Top ten things one through ten not to do in this situation: give him any reason to be angry with his sister. The instinct that says oooh, you should probably leave is tamped down by a second impulse that says one hundred and ten percent do not create a situation Daenerys has to deal with in doing so. Which means -
She smiles, taking her hand out of his hair to find her phone in her purse. Stylist. Phone number. Text her for availability. And, you know, double check--
"I'm very particular about my hair. Do you want me to make you an appointment with my stylist? She'll just need your name and a contact number to confirm it. And we can pick you out some of these in the meantime...we have a similar hair texture, you can just about use the same products as I have been. Have you ever had it, like, straightened?"
no subject
He can't know who his face reminds her of but it's right there. Enjoy.
"I am Viserys of the House Targaryen, the Third of His Name," he says easily, leaving off the other titles. He held onto them long enough before. A dead man alive in a new world cannot cling to much, at least, not in the presence of those who won't know any better. "Straightened? No. That is...here."
He picks up a bottle nearby. One of those straightening gels. And he wiggles it a little. Has he picked up the lingo well yet? Look, he's very good at learning when he wants to be, did he do good, praise him.
no subject
She smells headier than he does, up close; Valentina by Valentino, a perfume described as fit for a rebellious Italian heiress and a bottle of which had been in the purse that came with her when she was first dragged into this mess.
"I'm Gwen. Gwenaëlle Clothilde Decima Wynne-York unless I'm writing poetry, which is not applicable to my mastery of the GHD. Do you want to try it?

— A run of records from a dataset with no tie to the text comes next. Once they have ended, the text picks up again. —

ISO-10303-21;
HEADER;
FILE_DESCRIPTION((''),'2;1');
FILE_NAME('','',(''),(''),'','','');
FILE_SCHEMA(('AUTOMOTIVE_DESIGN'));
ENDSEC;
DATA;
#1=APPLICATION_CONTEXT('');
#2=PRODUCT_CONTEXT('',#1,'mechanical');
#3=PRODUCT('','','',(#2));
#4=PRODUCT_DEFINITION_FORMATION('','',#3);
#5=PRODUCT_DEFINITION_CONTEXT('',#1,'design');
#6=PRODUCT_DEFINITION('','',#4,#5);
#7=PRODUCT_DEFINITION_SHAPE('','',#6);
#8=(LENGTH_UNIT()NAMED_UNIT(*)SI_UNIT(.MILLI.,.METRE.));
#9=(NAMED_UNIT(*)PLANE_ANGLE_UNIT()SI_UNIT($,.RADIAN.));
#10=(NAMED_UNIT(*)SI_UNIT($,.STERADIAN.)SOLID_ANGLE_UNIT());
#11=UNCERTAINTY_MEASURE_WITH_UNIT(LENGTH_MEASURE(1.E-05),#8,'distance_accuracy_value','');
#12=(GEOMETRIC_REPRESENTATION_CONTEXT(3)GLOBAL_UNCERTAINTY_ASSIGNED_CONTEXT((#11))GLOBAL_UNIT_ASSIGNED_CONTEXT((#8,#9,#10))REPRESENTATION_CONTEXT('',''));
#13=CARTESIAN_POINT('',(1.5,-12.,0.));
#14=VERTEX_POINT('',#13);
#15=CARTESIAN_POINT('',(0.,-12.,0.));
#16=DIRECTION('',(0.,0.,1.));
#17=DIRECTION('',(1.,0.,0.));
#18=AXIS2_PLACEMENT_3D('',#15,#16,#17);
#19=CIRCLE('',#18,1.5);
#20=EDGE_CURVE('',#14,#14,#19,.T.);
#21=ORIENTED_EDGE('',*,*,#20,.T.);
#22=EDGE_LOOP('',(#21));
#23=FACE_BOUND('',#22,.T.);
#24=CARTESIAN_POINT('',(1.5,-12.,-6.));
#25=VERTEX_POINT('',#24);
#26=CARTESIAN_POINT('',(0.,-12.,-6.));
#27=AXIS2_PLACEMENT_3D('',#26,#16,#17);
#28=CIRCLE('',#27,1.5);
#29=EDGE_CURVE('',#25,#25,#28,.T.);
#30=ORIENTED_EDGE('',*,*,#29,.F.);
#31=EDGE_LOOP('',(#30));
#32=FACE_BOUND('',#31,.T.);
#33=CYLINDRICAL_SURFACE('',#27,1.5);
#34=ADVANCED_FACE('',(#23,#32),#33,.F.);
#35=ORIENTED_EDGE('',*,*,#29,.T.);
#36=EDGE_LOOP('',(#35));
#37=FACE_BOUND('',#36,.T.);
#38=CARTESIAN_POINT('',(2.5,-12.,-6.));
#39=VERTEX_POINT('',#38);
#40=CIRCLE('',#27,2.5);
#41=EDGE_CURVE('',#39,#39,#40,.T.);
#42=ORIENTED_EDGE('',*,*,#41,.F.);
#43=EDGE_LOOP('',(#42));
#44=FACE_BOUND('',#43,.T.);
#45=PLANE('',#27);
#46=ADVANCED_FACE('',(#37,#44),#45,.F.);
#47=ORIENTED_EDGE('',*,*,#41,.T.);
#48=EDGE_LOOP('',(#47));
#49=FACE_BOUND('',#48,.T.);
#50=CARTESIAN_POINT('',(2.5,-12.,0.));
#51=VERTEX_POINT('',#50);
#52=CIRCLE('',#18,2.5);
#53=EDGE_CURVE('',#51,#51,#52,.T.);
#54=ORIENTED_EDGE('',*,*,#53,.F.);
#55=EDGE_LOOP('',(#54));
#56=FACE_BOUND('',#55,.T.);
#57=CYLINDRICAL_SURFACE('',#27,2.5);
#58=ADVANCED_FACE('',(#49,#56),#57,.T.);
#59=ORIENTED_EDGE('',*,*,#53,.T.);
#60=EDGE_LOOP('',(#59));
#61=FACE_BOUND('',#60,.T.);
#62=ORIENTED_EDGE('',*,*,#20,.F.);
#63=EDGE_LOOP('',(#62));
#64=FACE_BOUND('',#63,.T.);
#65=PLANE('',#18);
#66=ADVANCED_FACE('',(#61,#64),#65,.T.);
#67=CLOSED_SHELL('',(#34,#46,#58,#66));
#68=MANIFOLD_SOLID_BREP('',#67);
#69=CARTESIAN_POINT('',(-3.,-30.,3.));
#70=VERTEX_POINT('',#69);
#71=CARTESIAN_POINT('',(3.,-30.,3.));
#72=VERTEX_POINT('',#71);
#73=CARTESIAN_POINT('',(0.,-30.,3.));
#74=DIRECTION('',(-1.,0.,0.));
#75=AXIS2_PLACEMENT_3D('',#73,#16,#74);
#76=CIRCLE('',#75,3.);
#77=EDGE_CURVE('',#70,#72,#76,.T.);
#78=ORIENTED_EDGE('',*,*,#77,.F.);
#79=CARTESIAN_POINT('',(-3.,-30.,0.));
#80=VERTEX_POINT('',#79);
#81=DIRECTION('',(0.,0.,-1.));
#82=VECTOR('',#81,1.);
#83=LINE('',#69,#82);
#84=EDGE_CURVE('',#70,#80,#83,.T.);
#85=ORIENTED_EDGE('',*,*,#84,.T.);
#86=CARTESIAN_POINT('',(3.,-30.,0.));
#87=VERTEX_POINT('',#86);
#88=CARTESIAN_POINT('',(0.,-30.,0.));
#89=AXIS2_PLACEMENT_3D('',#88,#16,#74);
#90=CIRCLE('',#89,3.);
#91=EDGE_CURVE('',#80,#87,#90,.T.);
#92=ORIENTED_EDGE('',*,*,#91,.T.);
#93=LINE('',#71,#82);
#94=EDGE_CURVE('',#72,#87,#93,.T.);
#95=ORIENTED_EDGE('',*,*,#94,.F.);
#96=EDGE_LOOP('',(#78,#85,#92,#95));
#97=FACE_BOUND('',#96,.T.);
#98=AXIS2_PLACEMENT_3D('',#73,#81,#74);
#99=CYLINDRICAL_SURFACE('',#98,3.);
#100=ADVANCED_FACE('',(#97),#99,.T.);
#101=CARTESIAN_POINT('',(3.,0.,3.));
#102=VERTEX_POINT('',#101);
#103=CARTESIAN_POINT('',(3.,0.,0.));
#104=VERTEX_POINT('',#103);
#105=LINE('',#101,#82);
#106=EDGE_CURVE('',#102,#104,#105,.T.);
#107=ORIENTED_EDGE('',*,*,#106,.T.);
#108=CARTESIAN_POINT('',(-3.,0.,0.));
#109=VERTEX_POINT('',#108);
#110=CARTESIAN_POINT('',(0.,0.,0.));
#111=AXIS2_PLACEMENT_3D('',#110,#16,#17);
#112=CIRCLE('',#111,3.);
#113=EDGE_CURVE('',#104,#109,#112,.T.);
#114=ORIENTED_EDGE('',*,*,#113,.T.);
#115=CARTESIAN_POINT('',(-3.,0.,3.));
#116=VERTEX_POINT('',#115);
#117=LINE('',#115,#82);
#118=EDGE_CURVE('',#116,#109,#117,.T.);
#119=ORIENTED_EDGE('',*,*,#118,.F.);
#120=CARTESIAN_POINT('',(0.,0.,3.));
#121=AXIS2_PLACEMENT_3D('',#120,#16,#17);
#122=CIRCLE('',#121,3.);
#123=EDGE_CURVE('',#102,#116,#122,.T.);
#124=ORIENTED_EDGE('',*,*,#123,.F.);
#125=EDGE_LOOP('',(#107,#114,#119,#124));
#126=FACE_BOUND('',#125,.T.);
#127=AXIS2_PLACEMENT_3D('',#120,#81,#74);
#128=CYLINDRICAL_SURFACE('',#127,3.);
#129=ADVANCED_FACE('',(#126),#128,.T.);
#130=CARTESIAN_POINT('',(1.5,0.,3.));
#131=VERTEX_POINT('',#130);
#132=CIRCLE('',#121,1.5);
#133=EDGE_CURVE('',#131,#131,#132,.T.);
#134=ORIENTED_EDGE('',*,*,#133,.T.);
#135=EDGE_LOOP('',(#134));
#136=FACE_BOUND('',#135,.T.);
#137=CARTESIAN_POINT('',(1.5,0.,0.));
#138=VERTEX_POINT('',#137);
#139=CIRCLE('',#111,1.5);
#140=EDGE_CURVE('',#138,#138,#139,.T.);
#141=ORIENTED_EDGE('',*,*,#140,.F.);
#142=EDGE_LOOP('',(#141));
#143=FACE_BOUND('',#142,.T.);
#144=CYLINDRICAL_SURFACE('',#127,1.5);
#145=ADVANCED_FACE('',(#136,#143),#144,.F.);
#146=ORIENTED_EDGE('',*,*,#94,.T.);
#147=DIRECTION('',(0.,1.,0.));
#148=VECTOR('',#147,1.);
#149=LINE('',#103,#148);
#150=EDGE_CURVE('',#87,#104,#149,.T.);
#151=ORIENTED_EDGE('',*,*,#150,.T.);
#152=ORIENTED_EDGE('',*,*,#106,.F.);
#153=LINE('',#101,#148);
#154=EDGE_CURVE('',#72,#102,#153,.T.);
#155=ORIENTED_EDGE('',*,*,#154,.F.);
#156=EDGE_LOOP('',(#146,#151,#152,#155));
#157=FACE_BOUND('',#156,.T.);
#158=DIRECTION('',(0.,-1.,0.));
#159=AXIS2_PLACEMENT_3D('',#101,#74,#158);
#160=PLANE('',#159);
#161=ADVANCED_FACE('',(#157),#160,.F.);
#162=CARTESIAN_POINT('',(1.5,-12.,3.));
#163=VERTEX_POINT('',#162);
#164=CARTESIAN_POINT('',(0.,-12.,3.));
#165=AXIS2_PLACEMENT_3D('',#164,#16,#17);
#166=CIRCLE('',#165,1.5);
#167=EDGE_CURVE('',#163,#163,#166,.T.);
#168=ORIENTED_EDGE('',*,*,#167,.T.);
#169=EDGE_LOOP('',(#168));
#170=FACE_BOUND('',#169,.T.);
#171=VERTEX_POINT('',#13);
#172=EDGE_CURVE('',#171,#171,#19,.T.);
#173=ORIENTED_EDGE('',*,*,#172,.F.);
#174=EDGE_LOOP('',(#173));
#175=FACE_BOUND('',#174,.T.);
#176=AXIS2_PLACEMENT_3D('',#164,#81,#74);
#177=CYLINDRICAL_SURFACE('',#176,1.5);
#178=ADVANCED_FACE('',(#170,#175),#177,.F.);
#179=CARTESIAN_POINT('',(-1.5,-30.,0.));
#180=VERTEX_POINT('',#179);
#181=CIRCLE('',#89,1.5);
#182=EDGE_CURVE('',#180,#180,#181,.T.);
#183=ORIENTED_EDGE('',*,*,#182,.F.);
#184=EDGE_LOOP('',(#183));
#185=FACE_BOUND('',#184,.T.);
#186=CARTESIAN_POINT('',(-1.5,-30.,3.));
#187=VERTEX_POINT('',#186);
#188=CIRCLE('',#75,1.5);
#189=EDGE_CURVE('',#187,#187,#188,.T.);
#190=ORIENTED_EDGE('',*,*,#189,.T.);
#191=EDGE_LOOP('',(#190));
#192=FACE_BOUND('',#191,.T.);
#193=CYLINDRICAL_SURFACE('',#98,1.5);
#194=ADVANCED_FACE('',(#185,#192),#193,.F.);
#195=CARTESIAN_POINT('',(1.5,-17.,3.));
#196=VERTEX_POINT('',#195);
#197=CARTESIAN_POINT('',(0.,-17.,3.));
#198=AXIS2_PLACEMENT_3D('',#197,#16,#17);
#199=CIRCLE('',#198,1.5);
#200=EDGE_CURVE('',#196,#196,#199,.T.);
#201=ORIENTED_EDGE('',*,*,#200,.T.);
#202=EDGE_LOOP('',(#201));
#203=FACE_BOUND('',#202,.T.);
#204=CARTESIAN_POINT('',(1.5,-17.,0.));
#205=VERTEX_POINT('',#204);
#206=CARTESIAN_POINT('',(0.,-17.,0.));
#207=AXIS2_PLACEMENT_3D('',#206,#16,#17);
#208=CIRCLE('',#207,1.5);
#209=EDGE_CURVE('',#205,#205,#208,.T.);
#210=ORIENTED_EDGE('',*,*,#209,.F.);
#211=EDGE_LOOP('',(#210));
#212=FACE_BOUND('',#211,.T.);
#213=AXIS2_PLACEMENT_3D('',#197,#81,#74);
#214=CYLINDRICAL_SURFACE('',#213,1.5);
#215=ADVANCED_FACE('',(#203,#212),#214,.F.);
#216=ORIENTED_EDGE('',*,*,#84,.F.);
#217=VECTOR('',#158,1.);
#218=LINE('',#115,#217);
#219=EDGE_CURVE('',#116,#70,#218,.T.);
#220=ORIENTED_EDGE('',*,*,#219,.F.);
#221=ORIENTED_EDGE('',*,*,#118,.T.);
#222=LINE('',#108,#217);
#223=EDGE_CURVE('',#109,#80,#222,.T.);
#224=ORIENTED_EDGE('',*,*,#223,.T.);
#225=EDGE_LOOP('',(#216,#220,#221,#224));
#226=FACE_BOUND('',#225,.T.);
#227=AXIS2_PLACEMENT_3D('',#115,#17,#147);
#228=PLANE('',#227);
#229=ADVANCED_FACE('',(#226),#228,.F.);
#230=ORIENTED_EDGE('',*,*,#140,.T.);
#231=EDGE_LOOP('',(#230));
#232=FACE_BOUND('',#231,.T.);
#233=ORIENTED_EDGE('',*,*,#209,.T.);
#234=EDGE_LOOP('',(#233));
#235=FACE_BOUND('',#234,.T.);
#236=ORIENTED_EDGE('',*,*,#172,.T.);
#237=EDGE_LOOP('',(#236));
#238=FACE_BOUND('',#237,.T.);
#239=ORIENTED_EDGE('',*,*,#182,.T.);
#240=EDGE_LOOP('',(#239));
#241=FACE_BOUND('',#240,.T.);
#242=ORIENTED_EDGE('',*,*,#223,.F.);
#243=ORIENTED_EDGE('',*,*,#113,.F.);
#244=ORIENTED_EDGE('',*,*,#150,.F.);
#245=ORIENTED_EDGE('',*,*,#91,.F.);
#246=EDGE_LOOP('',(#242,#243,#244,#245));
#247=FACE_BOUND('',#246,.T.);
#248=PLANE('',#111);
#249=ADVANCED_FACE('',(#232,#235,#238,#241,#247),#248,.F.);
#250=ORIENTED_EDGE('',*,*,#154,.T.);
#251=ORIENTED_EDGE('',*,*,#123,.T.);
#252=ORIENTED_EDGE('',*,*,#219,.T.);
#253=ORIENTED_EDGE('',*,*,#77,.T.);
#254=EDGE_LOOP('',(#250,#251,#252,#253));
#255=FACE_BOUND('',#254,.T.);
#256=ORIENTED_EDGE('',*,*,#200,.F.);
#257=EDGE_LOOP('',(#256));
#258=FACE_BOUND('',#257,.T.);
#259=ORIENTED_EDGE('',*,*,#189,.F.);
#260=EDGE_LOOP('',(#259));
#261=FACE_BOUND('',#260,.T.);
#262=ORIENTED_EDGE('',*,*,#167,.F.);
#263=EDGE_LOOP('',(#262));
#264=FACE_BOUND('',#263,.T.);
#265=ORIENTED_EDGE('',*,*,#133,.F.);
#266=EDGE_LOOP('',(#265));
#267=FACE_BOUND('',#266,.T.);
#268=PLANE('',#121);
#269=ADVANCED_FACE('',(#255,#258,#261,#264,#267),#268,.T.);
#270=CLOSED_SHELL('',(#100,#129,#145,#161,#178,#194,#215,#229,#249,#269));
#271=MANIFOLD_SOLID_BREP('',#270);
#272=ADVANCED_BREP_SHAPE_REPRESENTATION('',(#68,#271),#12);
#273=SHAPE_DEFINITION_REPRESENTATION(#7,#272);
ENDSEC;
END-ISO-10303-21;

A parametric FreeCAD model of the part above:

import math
import FreeCAD as App
import Part
import Sketcher
from FreeCAD import Vector
Q = App.Units.Quantity

doc = App.newDocument("Part")
params = doc.addObject("Spreadsheet::Sheet", "Params")
for row, (alias, value) in enumerate([
    ("sketch1_diameter", "3 mm"),
    ("sketch1_radius", "3 mm"),
    ("sketch1_height", "30 mm"),
    ("pad1_length", "3 mm"),
    ("sketch2_diameter", "5 mm"),
    ("sketch2_diameter2", "3 mm"),
    ("pad2_length", "6 mm"),
], start=1):
    params.set(f"A{row}", alias)
    params.set(f"B{row}", "=" + value)
    params.setAlias(f"B{row}", alias)

body = doc.addObject("PartDesign::Body", "Body")

# Sketch on XY plane
sketch1 = doc.addObject("Sketcher::SketchObject", "Sketch")
body.addObject(sketch1)
sketch1.AttachmentSupport = (doc.XY_Plane, [""])
sketch1.MapMode = "FlatFace"
sketch1.addGeometry([
    Part.LineSegment(Vector(-3, 0, 0), Vector(-3, -30, 0)),  # 0
    Part.ArcOfCircle(Part.Circle(Vector(0, -30, 0), Vector(0, 0, 1), 3), math.radians(180), math.radians(360)),  # 1
    Part.LineSegment(Vector(3, -30, 0), Vector(3, 0, 0)),  # 2
    Part.ArcOfCircle(Part.Circle(Vector(0, 0, 0), Vector(0, 0, 1), 3), math.radians(0), math.radians(180)),  # 3
    Part.Circle(Vector(0, -30, 0), Vector(0, 0, 1), 1.5),  # 4
    Part.Circle(Vector(0, -17, 0), Vector(0, 0, 1), 1.5),  # 5
    Part.Circle(Vector(0, -12, 0), Vector(0, 0, 1), 1.5),  # 6
    Part.Circle(Vector(0, 0, 0), Vector(0, 0, 1), 1.5),  # 7
], False)
sketch1.addConstraint([
    Sketcher.Constraint("Tangent", 0, 2, 1, 1),
    Sketcher.Constraint("Tangent", 1, 2, 2, 1),
    Sketcher.Constraint("Tangent", 2, 2, 3, 1),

It'd be neat to see how long your hair is without the wave before you get a bit trimmed off. And it needs a proper wash anyway. Do you have anything on? She's going to send me some times."
no subject
His smile grows and he laughs, thoroughly pleased, a bit amused. So many words! What a talkative woman! Does she sing, too? He'll be sure to find out later.
"I'll try most anything once." A man did not sup from the beggar's cup all his life to really, in the end, be that picky. "Anything what, Lady of Wynne-York? Anything — oh, these?"
He points to the gels, the sprays, the stuff that says it's for hair but he has zero experience with, and shakes his head almost as if in terror. Boy don't play that game, he has no idea about most of them. Oils and the like were meant for older men with beards, for women, for princes only on special occasions. Exile wasn't one of them.
no subject
Daenerys is a lot more important to her than her general inclination to be mean to all men.
"A lavender shampoo would probably be good for your hair," she says, musingly, of the products. "I wonder if they've got anything with honey in, though, I think that would go a long way to repairing the dryness." More to him, then, than herself: "It'll feel so much better."